Chen Robert, Sun Jimeng, Dittus Robert S, Fabbri Daniel, Kirby Jacqueline, Laffer Cheryl L, McNaughton Candace D, Malin Bradley
IEEE J Biomed Health Inform. 2016 Jan 4. doi: 10.1109/JBHI.2016.2514264.
The goal of this study is to devise a machine learning framework to assist care coordination programs in prognostic stratification to design and deliver personalized care plans and to allocate financial and medical resources effectively.
This study is based on a de-identified cohort of 2,521 hypertension patients from a chronic care coordination program at the Vanderbilt University Medical Center. Patients were modeled as vectors of features derived from electronic health records (EHRs) over a six-year period. We applied a stepwise regression to identify risk factors associated with a decrease in mean arterial pressure of at least 2 mmHg after program enrollment. The resulting features were subsequently validated via a logistic regression classifier. Finally, risk factors were applied to group the patients through model-based clustering.
We identified a set of predictive features that consisted of a mix of demographic, medication, and diagnostic concepts. Logistic regression over these features yielded an area under the ROC curve (AUC) of 0.71 (95% CI: [0.67, 0.76]). Based on these features, four clinically meaningful groups are identified through clustering - two of which represented patients with more severe disease profiles, while the remaining represented patients with mild disease profiles.
Patients with hypertension can exhibit significant variation in their blood pressure control status and responsiveness to therapy. Yet this work shows that a clustering analysis can generate more homogeneous patient groups, which may aid clinicians in designing and implementing customized care programs.
The study shows that predictive modeling and clustering using EHR data can be beneficial for providing a systematic, generalized approach for care providers to tailor their management approach based upon patient-level factors.
本研究的目标是设计一个机器学习框架,以协助护理协调项目进行预后分层,从而设计并提供个性化护理计划,并有效分配财政和医疗资源。

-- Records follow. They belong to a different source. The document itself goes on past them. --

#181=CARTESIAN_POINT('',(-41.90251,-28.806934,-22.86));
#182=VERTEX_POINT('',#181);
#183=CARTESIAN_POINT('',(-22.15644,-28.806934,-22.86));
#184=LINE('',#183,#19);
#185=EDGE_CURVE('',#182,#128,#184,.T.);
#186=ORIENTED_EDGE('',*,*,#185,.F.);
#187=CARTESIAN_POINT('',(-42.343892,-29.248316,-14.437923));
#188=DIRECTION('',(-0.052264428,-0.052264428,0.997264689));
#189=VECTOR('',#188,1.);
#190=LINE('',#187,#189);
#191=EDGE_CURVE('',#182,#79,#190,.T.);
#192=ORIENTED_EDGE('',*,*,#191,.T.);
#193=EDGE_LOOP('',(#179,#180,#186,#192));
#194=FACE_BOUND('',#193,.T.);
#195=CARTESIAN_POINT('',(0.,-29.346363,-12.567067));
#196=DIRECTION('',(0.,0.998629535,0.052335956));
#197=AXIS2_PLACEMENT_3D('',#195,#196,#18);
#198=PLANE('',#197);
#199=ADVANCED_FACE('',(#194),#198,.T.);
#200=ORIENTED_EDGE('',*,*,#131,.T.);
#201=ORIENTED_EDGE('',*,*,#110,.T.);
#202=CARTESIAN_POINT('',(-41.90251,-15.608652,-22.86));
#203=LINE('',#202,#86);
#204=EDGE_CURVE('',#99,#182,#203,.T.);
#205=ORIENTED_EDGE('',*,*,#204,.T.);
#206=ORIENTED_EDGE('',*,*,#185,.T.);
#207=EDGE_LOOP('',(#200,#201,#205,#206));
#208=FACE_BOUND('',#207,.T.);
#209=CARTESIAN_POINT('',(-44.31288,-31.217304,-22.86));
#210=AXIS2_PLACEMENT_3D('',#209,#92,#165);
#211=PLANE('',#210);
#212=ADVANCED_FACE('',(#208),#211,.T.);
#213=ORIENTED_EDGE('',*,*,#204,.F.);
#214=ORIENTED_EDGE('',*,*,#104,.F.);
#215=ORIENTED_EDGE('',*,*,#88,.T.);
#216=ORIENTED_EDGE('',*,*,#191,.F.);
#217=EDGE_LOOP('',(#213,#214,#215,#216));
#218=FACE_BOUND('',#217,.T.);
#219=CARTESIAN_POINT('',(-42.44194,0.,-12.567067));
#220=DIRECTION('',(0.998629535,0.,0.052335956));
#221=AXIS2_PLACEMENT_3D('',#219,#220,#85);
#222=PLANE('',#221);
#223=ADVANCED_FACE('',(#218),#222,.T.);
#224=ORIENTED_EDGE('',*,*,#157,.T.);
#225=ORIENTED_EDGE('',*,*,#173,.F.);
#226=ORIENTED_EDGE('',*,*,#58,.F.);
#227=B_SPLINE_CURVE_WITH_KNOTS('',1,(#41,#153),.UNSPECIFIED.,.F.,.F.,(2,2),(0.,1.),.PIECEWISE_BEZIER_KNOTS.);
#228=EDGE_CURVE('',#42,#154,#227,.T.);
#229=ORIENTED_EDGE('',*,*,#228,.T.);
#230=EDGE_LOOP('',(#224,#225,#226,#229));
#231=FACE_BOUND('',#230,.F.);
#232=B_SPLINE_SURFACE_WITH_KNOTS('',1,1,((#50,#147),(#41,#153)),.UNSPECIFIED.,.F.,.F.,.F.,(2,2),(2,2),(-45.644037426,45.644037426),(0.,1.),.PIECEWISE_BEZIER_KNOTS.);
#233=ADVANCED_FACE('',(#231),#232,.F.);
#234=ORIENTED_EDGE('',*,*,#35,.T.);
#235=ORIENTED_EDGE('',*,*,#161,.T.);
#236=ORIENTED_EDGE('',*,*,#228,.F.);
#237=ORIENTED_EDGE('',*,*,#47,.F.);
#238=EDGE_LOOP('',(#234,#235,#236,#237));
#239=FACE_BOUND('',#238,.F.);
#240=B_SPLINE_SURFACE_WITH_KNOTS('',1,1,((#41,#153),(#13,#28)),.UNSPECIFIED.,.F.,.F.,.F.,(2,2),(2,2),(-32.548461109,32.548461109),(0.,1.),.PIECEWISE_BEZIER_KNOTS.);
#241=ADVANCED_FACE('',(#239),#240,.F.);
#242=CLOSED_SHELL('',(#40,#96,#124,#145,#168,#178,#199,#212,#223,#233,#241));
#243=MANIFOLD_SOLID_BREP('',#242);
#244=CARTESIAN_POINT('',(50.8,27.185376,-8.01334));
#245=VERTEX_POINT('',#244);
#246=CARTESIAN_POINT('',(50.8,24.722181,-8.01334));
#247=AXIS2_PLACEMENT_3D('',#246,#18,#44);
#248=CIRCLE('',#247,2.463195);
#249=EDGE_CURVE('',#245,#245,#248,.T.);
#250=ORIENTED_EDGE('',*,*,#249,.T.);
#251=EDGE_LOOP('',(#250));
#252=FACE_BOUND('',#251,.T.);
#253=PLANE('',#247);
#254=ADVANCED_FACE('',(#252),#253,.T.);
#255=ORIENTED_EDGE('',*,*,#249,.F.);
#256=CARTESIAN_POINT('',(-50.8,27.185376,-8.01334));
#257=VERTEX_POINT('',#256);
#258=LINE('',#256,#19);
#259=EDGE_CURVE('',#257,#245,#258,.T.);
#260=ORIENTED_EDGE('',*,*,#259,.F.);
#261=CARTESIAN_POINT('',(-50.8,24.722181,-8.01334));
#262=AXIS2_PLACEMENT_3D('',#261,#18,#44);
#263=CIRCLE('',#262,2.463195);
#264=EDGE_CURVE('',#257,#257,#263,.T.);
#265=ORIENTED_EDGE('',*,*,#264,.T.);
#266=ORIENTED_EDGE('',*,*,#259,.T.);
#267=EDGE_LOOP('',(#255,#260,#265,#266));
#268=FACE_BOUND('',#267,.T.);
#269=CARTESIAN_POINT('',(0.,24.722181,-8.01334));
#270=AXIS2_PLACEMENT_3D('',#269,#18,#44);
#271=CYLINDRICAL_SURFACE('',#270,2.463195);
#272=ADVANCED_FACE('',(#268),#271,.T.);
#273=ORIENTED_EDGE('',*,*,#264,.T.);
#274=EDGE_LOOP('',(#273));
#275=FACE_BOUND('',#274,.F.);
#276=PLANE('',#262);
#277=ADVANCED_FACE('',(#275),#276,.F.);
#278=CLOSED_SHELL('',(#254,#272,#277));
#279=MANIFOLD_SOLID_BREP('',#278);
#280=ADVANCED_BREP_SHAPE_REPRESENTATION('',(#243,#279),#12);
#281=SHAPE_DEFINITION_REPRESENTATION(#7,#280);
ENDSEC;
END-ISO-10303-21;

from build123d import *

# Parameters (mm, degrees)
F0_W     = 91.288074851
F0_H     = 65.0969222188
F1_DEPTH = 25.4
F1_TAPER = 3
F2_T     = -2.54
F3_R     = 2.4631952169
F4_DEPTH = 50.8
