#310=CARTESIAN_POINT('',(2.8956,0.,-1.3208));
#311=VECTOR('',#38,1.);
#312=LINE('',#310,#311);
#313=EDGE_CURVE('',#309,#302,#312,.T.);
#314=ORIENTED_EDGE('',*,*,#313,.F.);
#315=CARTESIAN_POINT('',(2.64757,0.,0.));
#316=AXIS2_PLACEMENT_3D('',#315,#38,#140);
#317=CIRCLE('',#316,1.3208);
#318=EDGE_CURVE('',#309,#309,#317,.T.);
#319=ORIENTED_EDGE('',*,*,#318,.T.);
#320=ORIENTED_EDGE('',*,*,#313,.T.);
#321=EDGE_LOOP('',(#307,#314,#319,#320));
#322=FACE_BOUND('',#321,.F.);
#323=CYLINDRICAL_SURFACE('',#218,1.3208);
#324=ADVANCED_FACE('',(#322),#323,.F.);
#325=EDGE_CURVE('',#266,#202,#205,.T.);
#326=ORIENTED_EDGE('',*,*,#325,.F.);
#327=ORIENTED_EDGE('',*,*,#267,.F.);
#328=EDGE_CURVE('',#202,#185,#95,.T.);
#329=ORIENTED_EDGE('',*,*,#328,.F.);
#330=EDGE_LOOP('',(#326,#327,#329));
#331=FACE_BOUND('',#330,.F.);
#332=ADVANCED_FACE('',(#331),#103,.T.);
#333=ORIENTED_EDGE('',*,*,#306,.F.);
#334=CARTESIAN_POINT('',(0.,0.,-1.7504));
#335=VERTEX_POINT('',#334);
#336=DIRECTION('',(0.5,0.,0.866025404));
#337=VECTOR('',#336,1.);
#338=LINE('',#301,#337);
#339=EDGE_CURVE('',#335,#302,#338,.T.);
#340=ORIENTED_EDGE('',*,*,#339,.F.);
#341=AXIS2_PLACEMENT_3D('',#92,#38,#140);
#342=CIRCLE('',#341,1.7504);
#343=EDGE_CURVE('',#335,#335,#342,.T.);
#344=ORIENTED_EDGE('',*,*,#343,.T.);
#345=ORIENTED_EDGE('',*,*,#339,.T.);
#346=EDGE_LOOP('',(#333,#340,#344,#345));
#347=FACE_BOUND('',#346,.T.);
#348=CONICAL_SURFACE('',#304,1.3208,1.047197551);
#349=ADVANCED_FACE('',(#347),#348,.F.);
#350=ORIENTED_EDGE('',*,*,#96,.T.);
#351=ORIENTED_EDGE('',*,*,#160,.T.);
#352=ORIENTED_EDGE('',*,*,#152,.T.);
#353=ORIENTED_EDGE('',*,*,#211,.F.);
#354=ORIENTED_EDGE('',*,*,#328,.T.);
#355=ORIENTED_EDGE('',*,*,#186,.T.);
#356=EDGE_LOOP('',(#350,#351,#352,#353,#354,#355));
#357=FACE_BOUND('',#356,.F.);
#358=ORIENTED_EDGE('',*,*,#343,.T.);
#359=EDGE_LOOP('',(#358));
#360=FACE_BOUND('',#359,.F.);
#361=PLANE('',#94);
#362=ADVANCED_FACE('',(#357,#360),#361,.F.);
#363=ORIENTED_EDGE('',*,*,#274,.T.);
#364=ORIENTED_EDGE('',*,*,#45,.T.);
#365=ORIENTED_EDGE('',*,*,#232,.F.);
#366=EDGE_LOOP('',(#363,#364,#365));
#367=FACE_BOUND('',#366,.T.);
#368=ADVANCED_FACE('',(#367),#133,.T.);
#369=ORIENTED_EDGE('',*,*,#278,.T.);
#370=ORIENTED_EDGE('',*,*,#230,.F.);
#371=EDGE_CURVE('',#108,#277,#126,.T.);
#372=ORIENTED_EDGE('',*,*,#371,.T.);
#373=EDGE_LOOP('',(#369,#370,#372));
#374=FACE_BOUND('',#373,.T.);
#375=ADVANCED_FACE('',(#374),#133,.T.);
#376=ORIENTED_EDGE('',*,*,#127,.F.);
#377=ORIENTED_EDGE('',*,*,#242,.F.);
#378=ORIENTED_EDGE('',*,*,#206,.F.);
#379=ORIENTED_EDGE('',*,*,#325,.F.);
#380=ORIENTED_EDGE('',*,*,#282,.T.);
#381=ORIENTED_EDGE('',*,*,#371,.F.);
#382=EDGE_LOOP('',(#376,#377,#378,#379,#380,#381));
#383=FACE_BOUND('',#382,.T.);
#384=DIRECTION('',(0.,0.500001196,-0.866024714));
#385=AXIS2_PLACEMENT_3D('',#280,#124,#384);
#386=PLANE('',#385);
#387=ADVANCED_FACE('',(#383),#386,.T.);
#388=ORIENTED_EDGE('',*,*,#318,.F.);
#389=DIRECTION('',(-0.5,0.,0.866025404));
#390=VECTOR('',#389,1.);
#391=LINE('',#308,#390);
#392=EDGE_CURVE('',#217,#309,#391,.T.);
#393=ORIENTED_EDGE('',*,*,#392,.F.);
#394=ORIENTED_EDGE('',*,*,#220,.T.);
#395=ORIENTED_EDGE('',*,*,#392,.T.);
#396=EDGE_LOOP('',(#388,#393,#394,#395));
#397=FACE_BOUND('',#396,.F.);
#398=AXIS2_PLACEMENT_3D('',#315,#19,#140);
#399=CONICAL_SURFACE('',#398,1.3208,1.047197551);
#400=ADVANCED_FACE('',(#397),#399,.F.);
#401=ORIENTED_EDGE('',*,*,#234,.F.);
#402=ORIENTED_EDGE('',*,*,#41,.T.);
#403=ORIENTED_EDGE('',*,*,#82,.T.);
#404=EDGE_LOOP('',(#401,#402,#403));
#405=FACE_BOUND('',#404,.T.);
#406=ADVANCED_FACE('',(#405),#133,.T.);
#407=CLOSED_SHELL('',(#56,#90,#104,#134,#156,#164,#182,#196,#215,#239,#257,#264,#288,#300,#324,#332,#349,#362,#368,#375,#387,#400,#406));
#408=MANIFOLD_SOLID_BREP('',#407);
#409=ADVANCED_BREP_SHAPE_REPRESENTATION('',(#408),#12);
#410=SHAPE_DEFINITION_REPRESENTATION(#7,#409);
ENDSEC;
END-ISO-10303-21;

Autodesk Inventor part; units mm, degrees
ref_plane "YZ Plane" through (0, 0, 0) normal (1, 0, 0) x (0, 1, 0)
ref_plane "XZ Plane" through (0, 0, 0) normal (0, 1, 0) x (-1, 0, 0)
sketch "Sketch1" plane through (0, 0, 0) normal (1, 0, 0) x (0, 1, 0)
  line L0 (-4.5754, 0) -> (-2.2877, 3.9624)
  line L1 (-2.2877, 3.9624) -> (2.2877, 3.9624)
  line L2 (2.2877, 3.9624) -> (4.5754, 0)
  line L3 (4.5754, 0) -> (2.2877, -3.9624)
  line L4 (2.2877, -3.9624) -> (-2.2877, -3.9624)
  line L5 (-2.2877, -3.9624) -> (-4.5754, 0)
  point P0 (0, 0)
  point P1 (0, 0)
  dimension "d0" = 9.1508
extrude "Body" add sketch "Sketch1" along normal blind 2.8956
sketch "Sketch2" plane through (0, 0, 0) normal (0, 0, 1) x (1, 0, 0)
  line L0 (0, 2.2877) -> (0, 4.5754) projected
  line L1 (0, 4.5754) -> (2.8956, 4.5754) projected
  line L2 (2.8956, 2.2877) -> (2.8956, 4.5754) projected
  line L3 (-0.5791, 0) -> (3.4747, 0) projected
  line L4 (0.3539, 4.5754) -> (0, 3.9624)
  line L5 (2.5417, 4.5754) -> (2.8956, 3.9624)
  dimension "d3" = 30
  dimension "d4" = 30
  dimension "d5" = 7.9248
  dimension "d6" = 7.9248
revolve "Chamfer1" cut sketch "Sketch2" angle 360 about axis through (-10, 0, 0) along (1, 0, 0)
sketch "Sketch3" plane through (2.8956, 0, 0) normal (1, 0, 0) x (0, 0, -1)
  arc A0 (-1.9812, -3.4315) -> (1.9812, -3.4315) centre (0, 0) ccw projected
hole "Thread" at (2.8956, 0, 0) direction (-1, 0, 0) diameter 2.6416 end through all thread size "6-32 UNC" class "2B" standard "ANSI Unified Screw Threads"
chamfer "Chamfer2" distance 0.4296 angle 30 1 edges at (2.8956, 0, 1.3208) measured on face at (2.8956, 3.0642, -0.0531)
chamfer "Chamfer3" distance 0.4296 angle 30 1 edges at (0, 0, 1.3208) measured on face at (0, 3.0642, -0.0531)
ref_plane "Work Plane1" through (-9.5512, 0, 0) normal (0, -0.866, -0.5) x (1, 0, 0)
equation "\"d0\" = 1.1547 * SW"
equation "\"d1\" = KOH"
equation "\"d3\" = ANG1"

本研究基于范德堡大学医学中心慢性护理协调项目中2521名高血压患者的去识别队列。患者被建模为六年期间从电子健康记录(EHR)中提取的特征向量。我们应用逐步回归来识别与项目入组后平均动脉压至少降低2 mmHg相关的风险因素。随后通过逻辑回归分类器对所得特征进行验证。最后,应用风险因素通过基于模型的聚类对患者进行分组。
我们识别出一组预测特征,其中包括人口统计学、药物治疗和诊断概念的混合。对这些特征进行逻辑回归得到的ROC曲线下面积(AUC)为0.71(95% CI:[0.67, 0.76])。基于这些特征,通过聚类识别出四个具有临床意义的组——其中两组代表疾病特征更严重的患者,而其余两组代表疾病特征较轻的患者。
高血压患者在血压控制状态和对治疗的反应性方面可能表现出显著差异。然而,这项工作表明聚类分析可以生成更同质的患者组,这可能有助于临床医生设计和实施定制的护理项目。
该研究表明,使用EHR数据进行预测建模和聚类有助于为护理人员提供一种系统的、通用的方法,以便根据患者层面的因素调整管理方法。